THORChain Bare-Metal Validator  —  WireGuard Monitoring

Sometime a WireGuard connection would just stay hanging unresponsive and would require a restart to get back alive. When a VPN connection…

Share
THORChain Bare-Metal Validator  —  WireGuard Monitoring

With the intend of increasing reliability of VPN Tunnel for THORChain Validators, here is a solution to monitor hanging Wireguard connections.

Sometime a WireGuard connection would just stay hanging unresponsive and would require a restart to get back alive. When a VPN connection hang, the Validator become unreachable via the public IP, which result in a display the RPC and BRF column as BAD in dashboards.

Wasn’t able to find the root cause yet, maybe Wireguard doesn’t like having multiple interface at once.

I have created a simple script to monitors network connection every 10min and restart them when required.

Create Script

sudo nano /root/wgcycle.sh

Copy the following, replacing list of IP and Interfaces accordingly:

#!/bin/bash
# This script monitors WireGuard network connection and
# restart service when connection is hagning. By D5Sammy.

declare -A Tunnels
declare Restarts

# Define Network Connections Here
# With the IP at the other end of the WireGuard Tunnel
# and the Name of Wireguard Interface:

Tunnels[10.10.1.1]=wg1
Tunnels[10.10.2.1]=wg2
Tunnels[10.10.3.1]=wg3
Tunnels[10.10.4.1]=wg4

echo "Checking list of ${#Tunnels[*]} tunnels."

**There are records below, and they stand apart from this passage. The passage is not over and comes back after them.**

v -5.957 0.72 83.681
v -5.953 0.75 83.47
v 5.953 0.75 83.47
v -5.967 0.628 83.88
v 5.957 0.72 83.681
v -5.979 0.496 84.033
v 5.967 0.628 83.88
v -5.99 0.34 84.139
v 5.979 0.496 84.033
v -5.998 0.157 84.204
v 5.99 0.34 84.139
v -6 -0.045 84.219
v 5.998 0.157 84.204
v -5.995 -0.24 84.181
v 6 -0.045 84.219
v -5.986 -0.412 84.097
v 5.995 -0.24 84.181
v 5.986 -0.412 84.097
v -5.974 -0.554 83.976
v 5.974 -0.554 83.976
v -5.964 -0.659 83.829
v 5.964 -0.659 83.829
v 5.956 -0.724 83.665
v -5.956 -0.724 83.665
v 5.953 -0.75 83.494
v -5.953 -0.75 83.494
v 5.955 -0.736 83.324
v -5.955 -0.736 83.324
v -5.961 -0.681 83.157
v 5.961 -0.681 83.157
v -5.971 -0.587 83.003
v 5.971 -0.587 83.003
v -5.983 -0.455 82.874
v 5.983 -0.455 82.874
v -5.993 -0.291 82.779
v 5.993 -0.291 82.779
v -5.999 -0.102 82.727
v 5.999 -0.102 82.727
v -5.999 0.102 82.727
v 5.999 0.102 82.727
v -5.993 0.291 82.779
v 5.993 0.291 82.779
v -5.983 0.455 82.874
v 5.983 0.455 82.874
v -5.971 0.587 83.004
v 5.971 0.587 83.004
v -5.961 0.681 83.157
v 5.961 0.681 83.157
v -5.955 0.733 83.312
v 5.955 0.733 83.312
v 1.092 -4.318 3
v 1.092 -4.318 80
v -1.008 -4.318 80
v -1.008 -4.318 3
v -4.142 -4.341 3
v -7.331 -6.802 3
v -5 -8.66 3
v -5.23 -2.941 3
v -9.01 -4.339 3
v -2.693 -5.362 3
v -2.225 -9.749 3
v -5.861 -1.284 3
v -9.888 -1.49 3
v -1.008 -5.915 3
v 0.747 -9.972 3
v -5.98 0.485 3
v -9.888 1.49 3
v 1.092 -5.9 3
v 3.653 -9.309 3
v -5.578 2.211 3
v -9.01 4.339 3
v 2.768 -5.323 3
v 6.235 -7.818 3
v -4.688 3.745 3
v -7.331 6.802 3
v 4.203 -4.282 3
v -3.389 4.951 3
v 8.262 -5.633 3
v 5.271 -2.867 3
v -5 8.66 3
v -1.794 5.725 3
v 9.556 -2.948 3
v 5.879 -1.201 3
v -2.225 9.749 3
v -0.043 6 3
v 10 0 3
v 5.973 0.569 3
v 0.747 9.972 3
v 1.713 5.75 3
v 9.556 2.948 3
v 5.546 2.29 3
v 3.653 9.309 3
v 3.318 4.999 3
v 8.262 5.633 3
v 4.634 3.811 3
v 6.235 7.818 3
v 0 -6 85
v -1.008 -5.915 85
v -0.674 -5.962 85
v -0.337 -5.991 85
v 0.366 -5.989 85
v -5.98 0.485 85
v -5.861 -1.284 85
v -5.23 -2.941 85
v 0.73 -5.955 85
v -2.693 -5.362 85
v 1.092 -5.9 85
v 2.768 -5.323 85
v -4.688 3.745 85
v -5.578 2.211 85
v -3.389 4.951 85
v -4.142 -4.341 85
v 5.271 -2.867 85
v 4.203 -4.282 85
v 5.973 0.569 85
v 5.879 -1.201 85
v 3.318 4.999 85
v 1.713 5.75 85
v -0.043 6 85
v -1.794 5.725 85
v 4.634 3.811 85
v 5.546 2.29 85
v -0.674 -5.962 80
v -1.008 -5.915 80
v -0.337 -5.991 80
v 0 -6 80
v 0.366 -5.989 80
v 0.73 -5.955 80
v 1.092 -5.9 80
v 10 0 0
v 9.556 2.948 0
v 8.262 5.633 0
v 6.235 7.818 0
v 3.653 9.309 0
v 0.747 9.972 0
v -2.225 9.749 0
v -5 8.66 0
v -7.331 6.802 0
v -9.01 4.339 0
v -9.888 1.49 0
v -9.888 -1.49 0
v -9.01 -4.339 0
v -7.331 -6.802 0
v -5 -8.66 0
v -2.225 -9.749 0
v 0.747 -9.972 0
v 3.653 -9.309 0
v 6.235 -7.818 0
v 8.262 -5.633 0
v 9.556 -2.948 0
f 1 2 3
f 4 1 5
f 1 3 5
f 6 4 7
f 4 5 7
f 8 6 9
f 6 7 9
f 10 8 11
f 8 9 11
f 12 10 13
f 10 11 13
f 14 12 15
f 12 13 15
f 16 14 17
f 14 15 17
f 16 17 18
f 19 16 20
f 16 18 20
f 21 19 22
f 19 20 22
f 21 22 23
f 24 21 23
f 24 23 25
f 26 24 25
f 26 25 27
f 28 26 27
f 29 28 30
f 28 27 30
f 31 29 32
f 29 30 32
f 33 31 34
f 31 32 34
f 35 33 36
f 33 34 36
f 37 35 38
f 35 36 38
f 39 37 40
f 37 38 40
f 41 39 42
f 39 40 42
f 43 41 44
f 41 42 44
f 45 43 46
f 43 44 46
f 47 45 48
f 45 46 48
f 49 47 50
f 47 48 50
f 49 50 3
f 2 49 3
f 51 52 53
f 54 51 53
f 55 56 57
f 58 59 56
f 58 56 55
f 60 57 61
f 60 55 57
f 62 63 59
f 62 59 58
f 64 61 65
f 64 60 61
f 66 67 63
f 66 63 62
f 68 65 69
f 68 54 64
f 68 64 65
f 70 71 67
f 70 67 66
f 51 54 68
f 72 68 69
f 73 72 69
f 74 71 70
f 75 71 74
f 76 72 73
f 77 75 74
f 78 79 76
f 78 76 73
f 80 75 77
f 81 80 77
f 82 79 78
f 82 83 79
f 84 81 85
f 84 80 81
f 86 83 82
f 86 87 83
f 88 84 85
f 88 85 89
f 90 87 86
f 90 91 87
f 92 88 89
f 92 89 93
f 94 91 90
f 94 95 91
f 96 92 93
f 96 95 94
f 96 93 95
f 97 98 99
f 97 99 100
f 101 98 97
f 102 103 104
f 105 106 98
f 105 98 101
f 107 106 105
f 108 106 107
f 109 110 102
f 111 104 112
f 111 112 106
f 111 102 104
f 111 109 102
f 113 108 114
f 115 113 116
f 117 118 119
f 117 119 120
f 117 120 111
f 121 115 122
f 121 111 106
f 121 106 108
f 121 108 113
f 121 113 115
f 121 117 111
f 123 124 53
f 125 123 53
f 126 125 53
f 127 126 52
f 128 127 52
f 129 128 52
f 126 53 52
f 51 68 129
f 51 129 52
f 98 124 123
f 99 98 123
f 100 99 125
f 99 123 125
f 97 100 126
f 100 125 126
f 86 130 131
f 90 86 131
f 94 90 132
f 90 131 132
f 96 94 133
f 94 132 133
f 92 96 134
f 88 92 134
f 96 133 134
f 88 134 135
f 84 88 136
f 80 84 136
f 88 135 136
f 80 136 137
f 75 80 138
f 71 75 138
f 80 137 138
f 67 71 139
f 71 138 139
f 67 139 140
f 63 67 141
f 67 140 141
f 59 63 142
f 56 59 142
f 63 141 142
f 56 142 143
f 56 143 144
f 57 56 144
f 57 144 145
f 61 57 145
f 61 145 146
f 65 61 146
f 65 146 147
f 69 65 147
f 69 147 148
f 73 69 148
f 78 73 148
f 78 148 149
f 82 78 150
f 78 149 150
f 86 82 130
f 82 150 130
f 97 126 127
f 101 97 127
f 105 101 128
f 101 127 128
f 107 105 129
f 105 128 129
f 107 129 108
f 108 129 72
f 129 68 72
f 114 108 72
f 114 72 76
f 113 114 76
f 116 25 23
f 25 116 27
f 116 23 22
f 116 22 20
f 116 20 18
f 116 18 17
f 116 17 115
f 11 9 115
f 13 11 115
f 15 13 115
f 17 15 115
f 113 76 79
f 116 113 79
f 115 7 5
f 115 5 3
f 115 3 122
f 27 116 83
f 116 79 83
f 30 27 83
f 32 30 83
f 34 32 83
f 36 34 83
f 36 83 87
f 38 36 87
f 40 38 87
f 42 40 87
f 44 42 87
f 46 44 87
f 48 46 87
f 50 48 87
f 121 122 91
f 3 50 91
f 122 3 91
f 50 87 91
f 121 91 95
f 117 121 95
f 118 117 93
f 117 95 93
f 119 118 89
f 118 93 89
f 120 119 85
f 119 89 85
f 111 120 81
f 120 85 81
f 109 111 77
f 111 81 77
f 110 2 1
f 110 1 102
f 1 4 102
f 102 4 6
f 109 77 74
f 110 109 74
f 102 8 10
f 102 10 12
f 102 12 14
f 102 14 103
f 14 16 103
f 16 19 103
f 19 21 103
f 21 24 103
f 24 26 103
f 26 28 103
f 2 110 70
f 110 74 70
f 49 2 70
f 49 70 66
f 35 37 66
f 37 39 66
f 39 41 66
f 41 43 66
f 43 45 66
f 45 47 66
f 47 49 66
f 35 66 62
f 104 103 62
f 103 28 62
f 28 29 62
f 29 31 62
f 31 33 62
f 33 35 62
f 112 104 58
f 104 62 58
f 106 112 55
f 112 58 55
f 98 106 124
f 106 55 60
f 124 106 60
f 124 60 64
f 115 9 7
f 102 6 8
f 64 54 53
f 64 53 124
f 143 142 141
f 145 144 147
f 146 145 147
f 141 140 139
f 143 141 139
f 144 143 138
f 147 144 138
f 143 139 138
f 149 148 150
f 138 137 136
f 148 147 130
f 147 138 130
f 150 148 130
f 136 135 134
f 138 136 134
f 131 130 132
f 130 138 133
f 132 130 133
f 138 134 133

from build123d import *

# Parameters (mm, degrees)
F1_DEPTH = 85
F0_R     = 10
F2_DEPTH = 3
F3_R     = 0.75
F4_DEPTH = 15
F5_START = 3
F5_DEPTH = 77


with BuildPart() as f1:
    # F0 (on Top) → F1 (new body)
    with BuildSketch(Plane.XY):
        with BuildLine():
            Line((-1.0081231615, -4.3175521048), (-1.0081231615, -5.9147009807))
            ThreePointArc((-1.0081231615, -5.9147009807), (-0.5058626868, -5.9786372145), (0, -6))
            Line((0, -6), (0, -4.3175521048))
            Line((0, -4.3175521048), (-1.0081231615, -4.3175521048))
        make_face()
        with BuildLine():
            ThreePointArc((0, -6), (0.5482317643, -5.9749009977), (1.0918768385, -5.8998139775))
            Line((1.0918768385, -5.8998139775), (1.0918768385, -4.3175521048))
            Line((1.0918768385, -4.3175521048), (0, -4.3175521048))
            Line((0, -4.3175521048), (0, -6))
        make_face()
        with BuildLine():
            ThreePointArc((1.0918768385, -5.8998139775), (4.6125514106, -3.8372346142), (6, 0))
            ThreePointArc((6, 0), (-3.8698359804, 4.5852338528), (-1.0081231615, -5.9147009807))
            Line((-1.0081231615, -5.9147009807), (-1.0081231615, -4.3175521048))
            Line((-1.0081231615, -4.3175521048), (0, -4.3175521048))
            Line((0, -4.3175521048), (1.0918768385, -4.3175521048))
            Line((1.0918768385, -4.3175521048), (1.0918768385, -5.8998139775))
        make_face()
    extrude(amount=F1_DEPTH)

    # F0 (on Top) → F2 (join)
    with BuildSketch(Plane.XY):
        Circle(F0_R)
        with BuildLine():
            ThreePointArc((-1.0081231615, -5.9147009807), (-3.8698359804, 4.5852338528), (6, 0))
            ThreePointArc((6, 0), (4.6125514106, -3.8372346142), (1.0918768385, -5.8998139775))
            ThreePointArc((1.0918768385, -5.8998139775), (0.5482317643, -5.9749009977), (0, -6))
            ThreePointArc((0, -6), (-0.5058626868, -5.9786372145), (-1.0081231615, -5.9147009807))
        make_face(mode=Mode.SUBTRACT)
    extrude(amount=F2_DEPTH)

    # F3 (on Right) → F4 (cut, symmetric)
    with BuildSketch(Plane.YZ):
        with Locations((0, 83.4703872204)):
            Circle(F3_R)
    extrude(amount=F4_DEPTH, both=True, mode=Mode.SUBTRACT)

    # F0 (on Top) → F5 (cut)
    with BuildSketch(Plane.XY.offset(F5_START)):
        with BuildLine():
            Line((-1.0081231615, -4.3175521048), (-1.0081231615, -5.9147009807))
            ThreePointArc((-1.0081231615, -5.9147009807), (-0.5058626868, -5.9786372145), (0, -6))
            Line((0, -6), (0, -4.3175521048))
            Line((0, -4.3175521048), (-1.0081231615, -4.3175521048))
        make_face()
        with BuildLine():
            ThreePointArc((0, -6), (0.5482317643, -5.9749009977), (1.0918768385, -5.8998139775))
            Line((1.0918768385, -5.8998139775), (1.0918768385, -4.3175521048))
            Line((1.0918768385, -4.3175521048), (0, -4.3175521048))
            Line((0, -4.3175521048), (0, -6))
        make_face()
    extrude(amount=F5_DEPTH, mode=Mode.SUBTRACT)


solid = f1.part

for ip in "${!Tunnels[@]}"
do
  inf=${Tunnels[$ip]}
  echo -n "-> Ping $ip on $inf... "

  ping -c 1 $ip > /dev/null

  if [ $? -eq 0 ]; then
    echo "Available!"
  else
    echo -n "Not available... "

    if [[ " ${Restarts[@]} " =~ " ${inf} " ]]; then
      echo "Interface $inf was already restared!"
    else
      echo -n "Restarting $inf... "
      Restarts+=($inf)
      systemctl restart wg-quick@$inf
      echo "Done!"
    fi
  fi
done

echo "Run Completed, ${#Restarts[*]} Restarts Required (${Restarts[@]})."

Make Script Executable

sudo chmod +x /root/wgcycle.sh

Try Script

sudo /root/wgcycle.sh

Result Output should look like this:

Checking list of 4 tunnels.
-> Ping 10.10.1.1 on wg1... Available!
-> Ping 10.10.2.1 on wg2... Available!
-> Ping 10.10.3.1 on wg3... Not available... Restarting wg3... Done!
-> Ping 10.10.4.1 on wg4... Available!
Run Completed, 1 Restarts Required (wg3).

Create Service

sudo nano /etc/systemd/system/wgcycle.service

Copy Following

[Unit]
Description=WireGuard Connection Restarting Service
After=network.target

[Service]
Type=simple
User=root
ExecStart=/root/wgcycle.sh

[Install]
WantedBy=multi-user.target

Create Timer

sudo nano /etc/systemd/system/wgcycle.timer

Copy Following:

[Unit]
Description=WireGuard Connection Restarting Timer

[Timer]
OnCalendar=*:0/10:0

[Install]
WantedBy=timers.target

Operate Service

Starting the Timer

sudo systemctl enable wgcycle.timer
sudo systemctl start wgcycle.timer

Monitoring the Service status

sudo systemctl status wgcycle.timer wgcycle.service

Display Service Logs

journalctl -u wgcycle.service -n 100 --no-pager

Impact of Network Interface change on MicroK8s

By default, Microk8s monitors for any change of network interface and restarts itself whenever it detect an IP change to refresh its certificate, causing all Kube Pods to turn to Unknown State. This cause our Validator to be unresponsive for a few minutes, and can lead to corruption of a chain-daemon. Wireguard Restart does trigger this because it momentarily remove and re-add an IP to the host.

Configure Microk8s to not refresh its certificate so that it doesnt restart every time a Wireguard interface is restarted.

sudo touch /var/snap/microk8s/current/var/lock/no-cert-reissue
kubectl scale deployments --replicas=0 --all -n c0
sudo microk8s stop
sudo microk8s start
kubectl scale deployments --replicas=1 --all -n c0

Hope this help improving node connectivity.